<<<<
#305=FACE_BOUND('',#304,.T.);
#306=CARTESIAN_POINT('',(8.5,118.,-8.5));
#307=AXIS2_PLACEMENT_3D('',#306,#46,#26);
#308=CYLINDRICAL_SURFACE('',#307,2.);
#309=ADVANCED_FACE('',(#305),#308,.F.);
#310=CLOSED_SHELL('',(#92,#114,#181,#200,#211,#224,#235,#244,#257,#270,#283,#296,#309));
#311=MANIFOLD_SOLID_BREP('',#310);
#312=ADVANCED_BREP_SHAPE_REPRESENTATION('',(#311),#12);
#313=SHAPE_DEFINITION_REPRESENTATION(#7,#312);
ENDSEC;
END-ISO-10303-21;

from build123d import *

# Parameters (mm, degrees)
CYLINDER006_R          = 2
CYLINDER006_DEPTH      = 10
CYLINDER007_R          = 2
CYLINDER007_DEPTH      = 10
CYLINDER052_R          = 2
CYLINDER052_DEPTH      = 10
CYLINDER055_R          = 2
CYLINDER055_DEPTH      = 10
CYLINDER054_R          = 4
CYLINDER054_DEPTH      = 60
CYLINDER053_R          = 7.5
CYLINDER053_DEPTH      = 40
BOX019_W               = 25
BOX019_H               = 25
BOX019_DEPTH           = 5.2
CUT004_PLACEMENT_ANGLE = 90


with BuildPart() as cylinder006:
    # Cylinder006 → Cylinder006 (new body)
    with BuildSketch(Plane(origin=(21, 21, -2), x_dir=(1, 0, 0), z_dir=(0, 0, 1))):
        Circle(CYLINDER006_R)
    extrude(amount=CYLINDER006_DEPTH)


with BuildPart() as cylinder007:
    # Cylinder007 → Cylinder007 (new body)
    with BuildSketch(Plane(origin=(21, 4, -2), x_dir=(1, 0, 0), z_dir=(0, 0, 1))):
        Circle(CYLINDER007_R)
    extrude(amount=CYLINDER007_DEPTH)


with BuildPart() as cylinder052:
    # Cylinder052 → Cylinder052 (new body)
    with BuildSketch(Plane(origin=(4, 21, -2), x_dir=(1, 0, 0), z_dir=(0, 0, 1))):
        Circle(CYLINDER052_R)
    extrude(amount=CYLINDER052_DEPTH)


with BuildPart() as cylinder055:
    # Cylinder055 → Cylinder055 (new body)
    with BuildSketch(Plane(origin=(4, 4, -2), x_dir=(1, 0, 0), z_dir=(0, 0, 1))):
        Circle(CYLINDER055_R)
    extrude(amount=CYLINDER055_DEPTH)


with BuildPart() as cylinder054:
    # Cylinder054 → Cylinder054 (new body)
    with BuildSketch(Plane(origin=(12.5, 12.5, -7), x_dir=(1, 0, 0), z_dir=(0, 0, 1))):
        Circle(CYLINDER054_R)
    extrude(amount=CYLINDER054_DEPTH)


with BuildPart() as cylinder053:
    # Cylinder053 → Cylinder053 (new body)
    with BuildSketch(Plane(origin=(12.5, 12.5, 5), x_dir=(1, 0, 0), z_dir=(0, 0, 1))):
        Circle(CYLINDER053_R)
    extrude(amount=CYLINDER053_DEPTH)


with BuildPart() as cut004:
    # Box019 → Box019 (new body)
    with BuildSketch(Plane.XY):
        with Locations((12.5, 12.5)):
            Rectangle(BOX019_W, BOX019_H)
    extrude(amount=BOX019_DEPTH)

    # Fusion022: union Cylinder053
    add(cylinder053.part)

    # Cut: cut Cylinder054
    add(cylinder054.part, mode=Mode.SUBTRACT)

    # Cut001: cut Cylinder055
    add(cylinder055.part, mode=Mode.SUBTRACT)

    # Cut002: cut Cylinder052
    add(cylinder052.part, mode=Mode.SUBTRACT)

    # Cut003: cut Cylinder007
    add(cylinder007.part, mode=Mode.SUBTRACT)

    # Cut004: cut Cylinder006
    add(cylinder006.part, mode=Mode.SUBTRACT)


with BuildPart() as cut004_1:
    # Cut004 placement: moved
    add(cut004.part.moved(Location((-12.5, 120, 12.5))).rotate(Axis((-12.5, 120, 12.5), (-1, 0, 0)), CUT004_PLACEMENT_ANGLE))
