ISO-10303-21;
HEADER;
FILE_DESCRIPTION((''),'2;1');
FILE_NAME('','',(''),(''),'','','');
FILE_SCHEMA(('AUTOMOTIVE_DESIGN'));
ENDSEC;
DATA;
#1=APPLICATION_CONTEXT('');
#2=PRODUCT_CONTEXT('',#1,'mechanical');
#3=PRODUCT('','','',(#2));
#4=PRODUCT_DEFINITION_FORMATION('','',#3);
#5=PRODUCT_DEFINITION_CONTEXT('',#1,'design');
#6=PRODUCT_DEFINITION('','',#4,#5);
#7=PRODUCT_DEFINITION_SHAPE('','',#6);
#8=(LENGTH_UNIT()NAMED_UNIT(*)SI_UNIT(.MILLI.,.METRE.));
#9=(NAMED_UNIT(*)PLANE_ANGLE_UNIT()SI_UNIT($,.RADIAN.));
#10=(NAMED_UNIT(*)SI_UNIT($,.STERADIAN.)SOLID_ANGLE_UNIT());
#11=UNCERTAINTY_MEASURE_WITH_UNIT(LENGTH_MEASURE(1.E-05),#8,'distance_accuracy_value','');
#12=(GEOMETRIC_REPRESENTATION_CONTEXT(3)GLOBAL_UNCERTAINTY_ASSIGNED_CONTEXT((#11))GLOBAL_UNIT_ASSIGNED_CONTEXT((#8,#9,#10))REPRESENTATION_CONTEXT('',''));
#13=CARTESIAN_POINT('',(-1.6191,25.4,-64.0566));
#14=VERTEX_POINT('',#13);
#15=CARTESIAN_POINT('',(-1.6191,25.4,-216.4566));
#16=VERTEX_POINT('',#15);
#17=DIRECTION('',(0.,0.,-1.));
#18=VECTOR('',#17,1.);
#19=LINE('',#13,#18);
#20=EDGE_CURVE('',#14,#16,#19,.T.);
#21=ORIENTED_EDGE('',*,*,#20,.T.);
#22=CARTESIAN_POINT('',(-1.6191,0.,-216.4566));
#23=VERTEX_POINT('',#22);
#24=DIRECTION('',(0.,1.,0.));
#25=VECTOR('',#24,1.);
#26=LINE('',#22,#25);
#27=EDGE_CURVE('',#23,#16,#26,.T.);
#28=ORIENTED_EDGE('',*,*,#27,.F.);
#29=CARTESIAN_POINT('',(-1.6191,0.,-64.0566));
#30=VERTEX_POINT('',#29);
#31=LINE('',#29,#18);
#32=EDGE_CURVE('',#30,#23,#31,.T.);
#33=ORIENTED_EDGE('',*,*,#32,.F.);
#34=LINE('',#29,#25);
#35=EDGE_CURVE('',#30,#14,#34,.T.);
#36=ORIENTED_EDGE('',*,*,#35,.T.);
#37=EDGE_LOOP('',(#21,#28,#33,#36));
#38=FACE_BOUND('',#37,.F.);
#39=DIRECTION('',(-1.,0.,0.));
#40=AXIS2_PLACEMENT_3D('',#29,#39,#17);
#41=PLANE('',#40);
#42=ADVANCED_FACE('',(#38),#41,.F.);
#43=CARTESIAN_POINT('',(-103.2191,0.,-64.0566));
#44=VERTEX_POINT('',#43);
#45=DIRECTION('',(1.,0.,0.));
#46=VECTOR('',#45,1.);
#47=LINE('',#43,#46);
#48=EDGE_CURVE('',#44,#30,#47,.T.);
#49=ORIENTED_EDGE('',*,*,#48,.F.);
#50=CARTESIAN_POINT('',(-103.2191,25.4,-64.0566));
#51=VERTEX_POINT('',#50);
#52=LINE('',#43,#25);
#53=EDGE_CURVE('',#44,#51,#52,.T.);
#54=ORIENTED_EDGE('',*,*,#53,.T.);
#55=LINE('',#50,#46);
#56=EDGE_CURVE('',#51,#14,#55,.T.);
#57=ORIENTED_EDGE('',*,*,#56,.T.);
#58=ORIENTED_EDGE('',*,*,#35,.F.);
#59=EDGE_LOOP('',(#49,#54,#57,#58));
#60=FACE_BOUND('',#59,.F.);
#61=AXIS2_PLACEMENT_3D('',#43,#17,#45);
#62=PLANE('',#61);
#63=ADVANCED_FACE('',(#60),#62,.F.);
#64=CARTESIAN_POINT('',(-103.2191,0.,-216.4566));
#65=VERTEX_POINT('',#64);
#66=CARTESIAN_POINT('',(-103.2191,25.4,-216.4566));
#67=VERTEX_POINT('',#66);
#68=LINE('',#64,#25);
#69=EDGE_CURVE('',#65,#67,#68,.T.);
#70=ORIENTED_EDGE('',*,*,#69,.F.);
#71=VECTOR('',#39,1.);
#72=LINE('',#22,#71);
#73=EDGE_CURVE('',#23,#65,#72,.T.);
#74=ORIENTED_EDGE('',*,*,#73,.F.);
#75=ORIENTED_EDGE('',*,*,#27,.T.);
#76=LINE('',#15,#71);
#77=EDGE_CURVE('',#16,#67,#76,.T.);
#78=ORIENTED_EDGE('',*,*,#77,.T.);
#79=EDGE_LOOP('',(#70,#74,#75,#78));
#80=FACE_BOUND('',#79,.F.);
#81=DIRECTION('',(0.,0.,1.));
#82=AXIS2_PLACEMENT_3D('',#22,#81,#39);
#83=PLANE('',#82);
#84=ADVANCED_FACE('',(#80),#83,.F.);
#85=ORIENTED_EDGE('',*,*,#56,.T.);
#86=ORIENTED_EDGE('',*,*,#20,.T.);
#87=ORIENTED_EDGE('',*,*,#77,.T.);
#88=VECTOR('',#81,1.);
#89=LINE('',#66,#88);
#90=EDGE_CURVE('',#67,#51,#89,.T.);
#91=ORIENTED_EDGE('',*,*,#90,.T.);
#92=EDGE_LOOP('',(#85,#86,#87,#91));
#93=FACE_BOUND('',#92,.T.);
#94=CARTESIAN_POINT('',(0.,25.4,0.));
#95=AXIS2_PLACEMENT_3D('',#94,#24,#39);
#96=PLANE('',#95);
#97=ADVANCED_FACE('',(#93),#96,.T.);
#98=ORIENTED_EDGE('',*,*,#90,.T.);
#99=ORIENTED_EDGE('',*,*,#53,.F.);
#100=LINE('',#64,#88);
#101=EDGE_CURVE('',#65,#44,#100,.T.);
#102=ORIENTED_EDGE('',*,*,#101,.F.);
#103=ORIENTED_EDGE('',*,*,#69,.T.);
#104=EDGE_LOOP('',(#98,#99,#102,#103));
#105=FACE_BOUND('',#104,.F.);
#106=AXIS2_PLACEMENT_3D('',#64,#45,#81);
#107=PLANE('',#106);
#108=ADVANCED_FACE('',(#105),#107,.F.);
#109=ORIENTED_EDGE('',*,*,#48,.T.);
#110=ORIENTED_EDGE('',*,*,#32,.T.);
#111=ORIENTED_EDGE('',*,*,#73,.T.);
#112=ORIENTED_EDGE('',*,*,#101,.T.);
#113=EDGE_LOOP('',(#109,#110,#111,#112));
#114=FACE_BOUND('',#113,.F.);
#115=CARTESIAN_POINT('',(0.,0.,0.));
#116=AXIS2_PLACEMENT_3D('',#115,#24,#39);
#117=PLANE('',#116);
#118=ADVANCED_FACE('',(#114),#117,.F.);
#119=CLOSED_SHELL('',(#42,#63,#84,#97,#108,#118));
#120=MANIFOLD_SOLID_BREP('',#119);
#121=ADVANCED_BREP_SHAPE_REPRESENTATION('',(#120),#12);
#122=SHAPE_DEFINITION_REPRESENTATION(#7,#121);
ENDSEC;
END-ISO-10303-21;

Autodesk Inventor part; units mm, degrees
ref_plane "YZ Plane" through (0, 0, 0) normal (1, 0, 0) x (0, 1, 0)
ref_plane "XZ Plane" through (0, 0, 0) normal (0, 1, 0) x (-1, 0, 0)
ref_plane "XY Plane" through (0, 0, 0) normal (0, 0, 1) x (1, 0, 0)
sketch "Sketch1" plane through (0, 0, 0) normal (0, 1, 0) x (-1, 0, 0)
  line L0 (103.2191, -64.0566) -> (1.6191, -64.0566)
  line L1 (1.6191, -64.0566) -> (1.6191, -216.4566)
  line L2 (1.6191, -216.4566) -> (103.2191, -216.4566)
  line L3 (103.2191, -216.4566) -> (103.2191, -64.0566)
  point P0 (0, 0)
  dimension "d0" = 152.4
  dimension "d1" = 101.6
extrude "Extrusion1" add sketch "Sketch1" along normal blind 25.4
properties part number "Part 1 (rectangular prism)"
>>>>
▸ PROMPT
Reproduce exactly the first line of the listing and every line after it, through the one containing "#309=ADVANCED_FACE('',(#305),#308,.F.);". Nothing else belongs in the output.

▸ RESPONSE TO THIS TASK
#305=FACE_BOUND('',#304,.T.);
#306=CARTESIAN_POINT('',(8.5,118.,-8.5));
#307=AXIS2_PLACEMENT_3D('',#306,#46,#26);
#308=CYLINDRICAL_SURFACE('',#307,2.);
#309=ADVANCED_FACE('',(#305),#308,.F.);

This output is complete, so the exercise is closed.